I no longer am a victim to the pain of someone’s actions long ago anymore!

Thank You, Next..

Thought I’d end up with Dennis, but he wasn’t a match. Wrote some songs about John, now I listen and laugh. Even almost got married and for Andrew, I’m so thankful. Wish I could say “thank you” to Michael cause he was an angel.

One Taught Me Love

One Taught Me Patience

One Taught Me Pain

Now I’m so amazing. I’ve loved and I’ve lost, but that is not what I see.

So Look What I Got

  • Finished a bachelors degree in biology
  • Traveled to amazing places around the world
  • Gained amazing and wonderful friends in the process
  • Made my way back to Jesus.
  • Grew from the drama
  • Accomplished dreams and goals

Look What You Taught Me

  • To be stronger with the healing
  • Love is a verb
  • I have dreams worth pursuing
  • Some people come into your life to teach you to let go.
  • There is nothing wrong with who I am
  • Still loveable even if broken by someone else
  • Let of the fear of striking out – the game of baseball
  • New hobbies I never knew I enjoy.
  • How to be single and love it.

And for that, I say thank you, next. I’m so grateful for my exes.
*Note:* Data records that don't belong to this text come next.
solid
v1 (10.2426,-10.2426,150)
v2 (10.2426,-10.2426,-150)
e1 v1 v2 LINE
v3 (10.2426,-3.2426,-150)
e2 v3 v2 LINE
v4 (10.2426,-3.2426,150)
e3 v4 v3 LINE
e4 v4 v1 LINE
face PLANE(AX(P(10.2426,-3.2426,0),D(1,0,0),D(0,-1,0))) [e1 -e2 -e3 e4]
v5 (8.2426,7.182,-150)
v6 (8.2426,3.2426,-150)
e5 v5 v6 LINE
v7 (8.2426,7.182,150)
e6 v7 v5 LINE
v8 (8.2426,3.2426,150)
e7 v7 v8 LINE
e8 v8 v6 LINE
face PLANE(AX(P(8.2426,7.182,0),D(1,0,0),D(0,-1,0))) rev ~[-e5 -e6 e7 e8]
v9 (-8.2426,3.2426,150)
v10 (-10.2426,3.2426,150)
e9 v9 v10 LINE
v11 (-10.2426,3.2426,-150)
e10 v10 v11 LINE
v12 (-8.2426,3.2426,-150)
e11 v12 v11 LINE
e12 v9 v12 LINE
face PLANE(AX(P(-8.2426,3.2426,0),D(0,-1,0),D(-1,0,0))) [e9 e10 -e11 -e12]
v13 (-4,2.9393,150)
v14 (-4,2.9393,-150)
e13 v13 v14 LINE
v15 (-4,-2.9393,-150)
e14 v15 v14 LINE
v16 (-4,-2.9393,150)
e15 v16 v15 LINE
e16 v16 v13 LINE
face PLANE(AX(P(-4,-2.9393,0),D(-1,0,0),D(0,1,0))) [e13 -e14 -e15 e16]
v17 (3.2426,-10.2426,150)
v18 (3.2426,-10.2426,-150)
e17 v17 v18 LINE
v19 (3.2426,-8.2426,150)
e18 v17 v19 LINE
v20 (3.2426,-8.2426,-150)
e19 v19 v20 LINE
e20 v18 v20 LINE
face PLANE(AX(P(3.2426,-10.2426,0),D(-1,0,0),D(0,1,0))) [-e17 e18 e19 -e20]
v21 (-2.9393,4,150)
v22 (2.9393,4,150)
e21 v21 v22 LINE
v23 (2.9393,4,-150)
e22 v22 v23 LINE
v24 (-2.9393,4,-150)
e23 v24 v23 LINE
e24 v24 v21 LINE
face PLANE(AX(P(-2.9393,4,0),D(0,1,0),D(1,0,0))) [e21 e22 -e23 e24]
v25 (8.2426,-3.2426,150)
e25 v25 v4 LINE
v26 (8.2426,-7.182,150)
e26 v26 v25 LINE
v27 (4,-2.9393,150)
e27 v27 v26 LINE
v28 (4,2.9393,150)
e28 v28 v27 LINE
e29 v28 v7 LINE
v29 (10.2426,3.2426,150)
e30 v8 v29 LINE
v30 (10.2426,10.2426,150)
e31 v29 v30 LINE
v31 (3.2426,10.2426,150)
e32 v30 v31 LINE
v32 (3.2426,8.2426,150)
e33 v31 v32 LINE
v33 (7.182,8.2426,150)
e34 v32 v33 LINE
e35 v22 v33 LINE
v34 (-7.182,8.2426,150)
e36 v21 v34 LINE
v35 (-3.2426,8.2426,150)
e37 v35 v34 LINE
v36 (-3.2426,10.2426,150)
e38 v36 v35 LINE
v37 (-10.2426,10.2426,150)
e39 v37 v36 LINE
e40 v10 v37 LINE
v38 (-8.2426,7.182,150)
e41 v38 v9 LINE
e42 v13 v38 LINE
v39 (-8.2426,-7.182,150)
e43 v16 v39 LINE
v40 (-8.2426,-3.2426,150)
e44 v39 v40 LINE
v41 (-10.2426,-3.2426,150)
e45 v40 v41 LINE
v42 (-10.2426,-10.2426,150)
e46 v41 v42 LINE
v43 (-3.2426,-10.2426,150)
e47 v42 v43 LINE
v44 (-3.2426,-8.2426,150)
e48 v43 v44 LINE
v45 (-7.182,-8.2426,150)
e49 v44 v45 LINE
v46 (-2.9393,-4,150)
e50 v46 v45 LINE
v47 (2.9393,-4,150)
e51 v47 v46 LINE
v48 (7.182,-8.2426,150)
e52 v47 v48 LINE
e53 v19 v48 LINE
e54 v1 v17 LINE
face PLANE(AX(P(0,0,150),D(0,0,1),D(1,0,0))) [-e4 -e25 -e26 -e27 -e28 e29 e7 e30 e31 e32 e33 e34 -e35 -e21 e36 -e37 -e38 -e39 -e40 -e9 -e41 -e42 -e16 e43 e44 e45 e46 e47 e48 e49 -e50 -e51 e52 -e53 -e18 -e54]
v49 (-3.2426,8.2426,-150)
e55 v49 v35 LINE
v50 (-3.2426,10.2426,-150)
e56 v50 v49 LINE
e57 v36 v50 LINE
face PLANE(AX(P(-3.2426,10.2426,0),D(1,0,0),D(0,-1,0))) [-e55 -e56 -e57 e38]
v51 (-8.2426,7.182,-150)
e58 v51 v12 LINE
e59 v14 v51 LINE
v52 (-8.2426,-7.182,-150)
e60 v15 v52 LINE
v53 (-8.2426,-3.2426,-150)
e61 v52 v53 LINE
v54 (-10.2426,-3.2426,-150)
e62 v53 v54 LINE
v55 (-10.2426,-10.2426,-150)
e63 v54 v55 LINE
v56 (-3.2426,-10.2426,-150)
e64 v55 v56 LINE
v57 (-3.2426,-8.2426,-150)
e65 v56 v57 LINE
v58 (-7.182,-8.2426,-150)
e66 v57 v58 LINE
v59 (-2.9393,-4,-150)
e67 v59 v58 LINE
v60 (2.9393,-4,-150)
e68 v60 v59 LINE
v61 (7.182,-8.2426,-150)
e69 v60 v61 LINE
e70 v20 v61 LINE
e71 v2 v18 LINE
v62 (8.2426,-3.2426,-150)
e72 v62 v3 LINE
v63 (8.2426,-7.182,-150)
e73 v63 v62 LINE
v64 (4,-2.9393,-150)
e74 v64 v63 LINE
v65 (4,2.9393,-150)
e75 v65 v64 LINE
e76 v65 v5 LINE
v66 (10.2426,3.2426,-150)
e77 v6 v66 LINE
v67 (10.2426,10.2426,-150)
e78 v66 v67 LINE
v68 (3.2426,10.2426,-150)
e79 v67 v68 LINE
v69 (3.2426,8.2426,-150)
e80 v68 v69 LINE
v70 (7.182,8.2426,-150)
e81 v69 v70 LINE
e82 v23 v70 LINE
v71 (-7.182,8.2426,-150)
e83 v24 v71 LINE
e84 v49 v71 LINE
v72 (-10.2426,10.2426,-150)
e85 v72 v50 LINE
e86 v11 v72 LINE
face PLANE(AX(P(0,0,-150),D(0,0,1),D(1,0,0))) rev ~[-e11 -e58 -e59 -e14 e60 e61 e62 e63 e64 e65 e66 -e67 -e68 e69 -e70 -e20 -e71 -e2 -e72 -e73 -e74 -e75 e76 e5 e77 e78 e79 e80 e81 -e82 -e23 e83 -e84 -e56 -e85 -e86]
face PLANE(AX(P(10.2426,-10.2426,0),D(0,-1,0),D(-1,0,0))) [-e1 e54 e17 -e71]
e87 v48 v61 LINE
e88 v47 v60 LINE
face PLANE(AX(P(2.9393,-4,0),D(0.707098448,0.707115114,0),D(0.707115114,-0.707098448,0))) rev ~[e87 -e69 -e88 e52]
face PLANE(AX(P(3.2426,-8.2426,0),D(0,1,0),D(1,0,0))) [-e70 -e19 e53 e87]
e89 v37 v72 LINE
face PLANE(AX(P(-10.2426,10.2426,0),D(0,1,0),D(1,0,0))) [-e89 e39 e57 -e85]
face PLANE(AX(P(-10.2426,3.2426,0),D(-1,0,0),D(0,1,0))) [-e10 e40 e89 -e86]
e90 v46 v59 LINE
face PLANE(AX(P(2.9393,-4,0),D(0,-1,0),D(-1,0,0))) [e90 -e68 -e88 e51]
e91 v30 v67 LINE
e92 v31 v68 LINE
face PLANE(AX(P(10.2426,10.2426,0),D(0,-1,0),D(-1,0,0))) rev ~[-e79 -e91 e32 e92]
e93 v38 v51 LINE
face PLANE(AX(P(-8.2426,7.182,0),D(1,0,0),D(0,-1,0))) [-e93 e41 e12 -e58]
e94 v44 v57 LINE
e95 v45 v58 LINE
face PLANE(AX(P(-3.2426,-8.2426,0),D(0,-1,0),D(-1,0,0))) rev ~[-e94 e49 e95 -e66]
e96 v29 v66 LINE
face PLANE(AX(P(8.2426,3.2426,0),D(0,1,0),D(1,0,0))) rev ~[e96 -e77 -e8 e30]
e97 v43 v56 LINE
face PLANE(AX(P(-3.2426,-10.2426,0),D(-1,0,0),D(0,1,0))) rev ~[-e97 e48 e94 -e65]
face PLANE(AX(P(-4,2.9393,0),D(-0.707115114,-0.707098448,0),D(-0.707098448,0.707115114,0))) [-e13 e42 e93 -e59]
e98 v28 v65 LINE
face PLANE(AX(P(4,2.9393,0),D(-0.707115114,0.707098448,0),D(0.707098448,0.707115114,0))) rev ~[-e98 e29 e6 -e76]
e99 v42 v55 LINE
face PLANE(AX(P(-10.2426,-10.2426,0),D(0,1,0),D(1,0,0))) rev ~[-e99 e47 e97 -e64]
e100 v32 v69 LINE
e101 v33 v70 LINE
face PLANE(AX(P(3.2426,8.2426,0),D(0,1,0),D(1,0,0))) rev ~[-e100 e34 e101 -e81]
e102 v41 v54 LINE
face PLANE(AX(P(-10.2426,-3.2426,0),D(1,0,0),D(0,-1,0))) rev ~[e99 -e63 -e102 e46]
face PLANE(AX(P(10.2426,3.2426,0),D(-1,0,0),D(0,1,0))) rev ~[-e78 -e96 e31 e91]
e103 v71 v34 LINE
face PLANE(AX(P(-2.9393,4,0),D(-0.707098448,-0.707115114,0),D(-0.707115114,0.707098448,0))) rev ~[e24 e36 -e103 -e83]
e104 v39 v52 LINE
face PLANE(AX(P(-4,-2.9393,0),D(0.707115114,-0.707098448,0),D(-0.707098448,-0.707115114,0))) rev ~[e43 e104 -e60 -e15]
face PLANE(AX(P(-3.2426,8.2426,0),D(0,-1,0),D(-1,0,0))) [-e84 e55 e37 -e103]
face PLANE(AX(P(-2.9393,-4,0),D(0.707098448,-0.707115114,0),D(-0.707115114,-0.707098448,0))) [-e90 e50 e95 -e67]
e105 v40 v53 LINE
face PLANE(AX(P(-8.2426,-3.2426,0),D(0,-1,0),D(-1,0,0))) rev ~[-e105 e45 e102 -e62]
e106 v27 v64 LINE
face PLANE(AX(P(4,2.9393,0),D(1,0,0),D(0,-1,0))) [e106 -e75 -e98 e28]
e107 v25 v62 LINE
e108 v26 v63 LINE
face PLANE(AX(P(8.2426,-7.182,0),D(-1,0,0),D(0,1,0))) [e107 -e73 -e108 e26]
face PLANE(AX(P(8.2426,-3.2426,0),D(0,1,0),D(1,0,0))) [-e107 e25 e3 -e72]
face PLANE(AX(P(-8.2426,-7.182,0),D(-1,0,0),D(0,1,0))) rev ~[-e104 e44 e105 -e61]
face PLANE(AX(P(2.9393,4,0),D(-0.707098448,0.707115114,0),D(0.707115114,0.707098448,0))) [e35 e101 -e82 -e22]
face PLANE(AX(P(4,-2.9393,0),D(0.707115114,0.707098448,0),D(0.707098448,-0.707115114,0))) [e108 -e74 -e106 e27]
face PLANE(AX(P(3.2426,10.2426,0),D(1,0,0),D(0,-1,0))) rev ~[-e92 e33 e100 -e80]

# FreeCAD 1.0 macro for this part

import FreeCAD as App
import Part
import Sketcher
Q = App.Units.Quantity


def add_polygon(sketch, points):
    """Adds a closed chain of lines whose ends are joined by coincident constraints."""
    first, n = sketch.GeometryCount, len(points)
    for a, b in zip(points, points[1:] + points[:1]):
        sketch.addGeometry(Part.LineSegment(App.Vector(*a, 0), App.Vector(*b, 0)), False)
    for i in range(n):
        sketch.addConstraint(Sketcher.Constraint("Coincident", first + i, 2, first + (i + 1) % n, 1))

doc = App.newDocument("Part")
params = doc.addObject("Spreadsheet::Sheet", "Params")
for row, (alias, value) in enumerate([
    ("sketch1_width", "7 mm"),
    ("sketch1_width2", "2 mm"),
    ("sketch1_length", "6 mm"),
    ("pad1_length", "300 mm"),
], start=1):
    params.set(f"A{row}", alias)
    params.set(f"B{row}", "=" + value)
    params.setAlias(f"B{row}", alias)

body = doc.addObject("PartDesign::Body", "Body")

# Sketch on XY plane
sketch1 = doc.addObject("Sketcher::SketchObject", "Sketch")
body.addObject(sketch1)
sketch1.AttachmentSupport = (doc.XY_Plane, [""])
sketch1.MapMode = "FlatFace"
add_polygon(sketch1, [(2.9, 4), (-2.9, 4), (-7.2, 8.2), (-3.2, 8.2), (-3.2, 10.2), (-10.2, 10.2), (-10.2, 3.2), (-8.2, 3.2), (-8.2, 7.2), (-4, 2.9), (-4, -2.9), (-8.2, -7.2), (-8.2, -3.2), (-10.2, -3.2), (-10.2, -10.2), (-3.2, -10.2), (-3.2, -8.2), (-7.2, -8.2), (-2.9, -4), (2.9, -4), (7.2, -8.2), (3.2, -8.2), (3.2, -10.2), (10.2, -10.2), (10.2, -3.2), (8.2, -3.2), (8.2, -7.2), (4, -2.9), (4, 2.9), (8.2, 7.2), (8.2, 3.2), (10.2, 3.2), (10.2, 10.2), (3.2, 10.2), (3.2, 8.2), (7.2, 8.2)])  # lines 0-35
sketch1.addConstraint([
    Sketcher.Constraint("Horizontal", 0),
    Sketcher.Constraint("Horizontal", 2),
    Sketcher.Constraint("Vertical", 3),
    Sketcher.Constraint("Horizontal", 4),
    Sketcher.Constraint("Vertical", 5),
    Sketcher.Constraint("Horizontal", 6),
    Sketcher.Constraint("Vertical", 7),
    Sketcher.Constraint("Vertical", 9),
    Sketcher.Constraint("Vertical", 11),
    Sketcher.Constraint("Horizontal", 12),
    Sketcher.Constraint("Vertical", 13),
    Sketcher.Constraint("Horizontal", 14),
    Sketcher.Constraint("Vertical", 15),
    Sketcher.Constraint("Horizontal", 16),
    Sketcher.Constraint("Horizontal", 18),
    Sketcher.Constraint("Horizontal", 20),
    Sketcher.Constraint("Vertical", 21),
    Sketcher.Constraint("Horizontal", 22),
    Sketcher.Constraint("Vertical", 23),
    Sketcher.Constraint("Horizontal", 24),
    Sketcher.Constraint("Vertical", 25),
    Sketcher.Constraint("Vertical", 27),
    Sketcher.Constraint("Vertical", 29),
    Sketcher.Constraint("Horizontal", 30),
    Sketcher.Constraint("Vertical", 31),
    Sketcher.Constraint("Horizontal", 32),
    Sketcher.Constraint("Vertical", 33),
    Sketcher.Constraint("Horizontal", 34),
    Sketcher.Constraint("Symmetric", 0, 2, 18, 2, -1, 1),
    Sketcher.Constraint("Symmetric", 1, 2, 19, 2, -1, 1),
    Sketcher.Constraint("Symmetric", 3, 2, 21, 2, -1, 1),
    Sketcher.Constraint("Symmetric", 5, 2, 23, 2, -1, 1),
    Sketcher.Constraint("Symmetric", 7, 2, 25, 2, -1, 1),
    Sketcher.Constraint("Symmetric", 8, 2, 26, 2, -1, 1),
    Sketcher.Constraint("Symmetric", 10, 2, 28, 2, -1, 1),
    Sketcher.Constraint("Symmetric", 12, 2, 30, 2, -1, 1),
    Sketcher.Constraint("Symmetric", 14, 2, 32, 2, -1, 1),
    Sketcher.Constraint("Symmetric", 16, 2, 34, 2, -1, 1),
    Sketcher.Constraint("Symmetric", 16, 2, 19, 2, -2),
    Sketcher.Constraint("Symmetric", 14, 2, 21, 2, -2),
    Sketcher.Constraint("Symmetric", 12, 2, 23, 2, -2),
    Sketcher.Constraint("Symmetric", 10, 2, 25, 2, -2),
    Sketcher.Constraint("Parallel", 1, 8),
    Sketcher.Constraint("Perpendicular", 8, 10),
    Sketcher.Constraint("Parallel", 10, 17),
    Sketcher.Constraint("Perpendicular", 26, 28),
    Sketcher.Constraint("Parallel", 28, 35),
    Sketcher.Constraint("Horizontal", 9, 2, 26, 2),
    Sketcher.Constraint("Equal", 30, 3),
    Sketcher.Constraint("Equal", 32, 5),
    Sketcher.Constraint("Equal", 34, 7),
    Sketcher.Constraint("Equal", 18, 9),
    Sketcher.Constraint("Equal", 1, 8),
    Sketcher.Constraint("DistanceX", 8, 2, 27, 2, Q("8 mm")),
    Sketcher.Constraint("DistanceX", 4, 2, 4, 1, Q("7 mm")),
    Sketcher.Constraint("DistanceX", 6, 1, 6, 2, Q("2 mm")),
    Sketcher.Constraint("Distance", 1, Q("6 mm")),
    Sketcher.Constraint("DistanceX", 0, 2, 0, 1, Q("5.8786 mm")),
])
sketch1.setExpression("Constraints[90]", "Params.sketch1_width")
sketch1.setExpression("Constraints[91]", "Params.sketch1_width2")
sketch1.setExpression("Constraints[92]", "Params.sketch1_length")
pad1 = doc.addObject("PartDesign::Pad", "Pad")
body.addObject(pad1)
pad1.Profile = sketch1
pad1.setExpression("Length", "Params.pad1_length")
pad1.Midplane = True

doc.recompute()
I spend more time with my friends, I ain’t worried about nothing. Plus I met someone, we have better discussions, but this is going to last. He taught me love, he taught me patience, and how he handles pain, that sh!t is amazing. But that is not what I see, cause look what I’ve found. No need to search for love the old ways.

I’m grateful for my exes, thank you next.

One day I’ll walk down the aisle holding hands with my Dad. I’ll be thankful my Dad for helping me grow from all the drama. Only want to do it once real bad. Going to make it last. God forbid something should happen. Going to last.

I have so much love, have so much patience. I’ve learned from the pain. I turned out amazing because of it. I’ve loved and I’ve lost, but that’s not what I see. Cause look what I have found.

For that, I say thank you, next. Thank you to my exes for letting me go to find something better.

When this song came out I felt the validation in what I have been telling myself over the years. Every heartbreak, every moment I accomplished something I have dreamt of finally coming to reality. But mostly the song shows how far I have come in finding the one who one day come along and stay my life. To those who are still searching for love or yet to find love, the journey is full of heartbreak, beauty and unexpected moments that will shape you into who you are meant to be. In the end the one person who is meant to stay in your life may it be a guy or a girl, will be thankful for all your exes because this person will have the best you. Love is a verb. Love happens when you love others as well as yourself.

Thank You, Next by Ariana Grande. Original song lyrics by Ariana Grande with altered lyrics by me.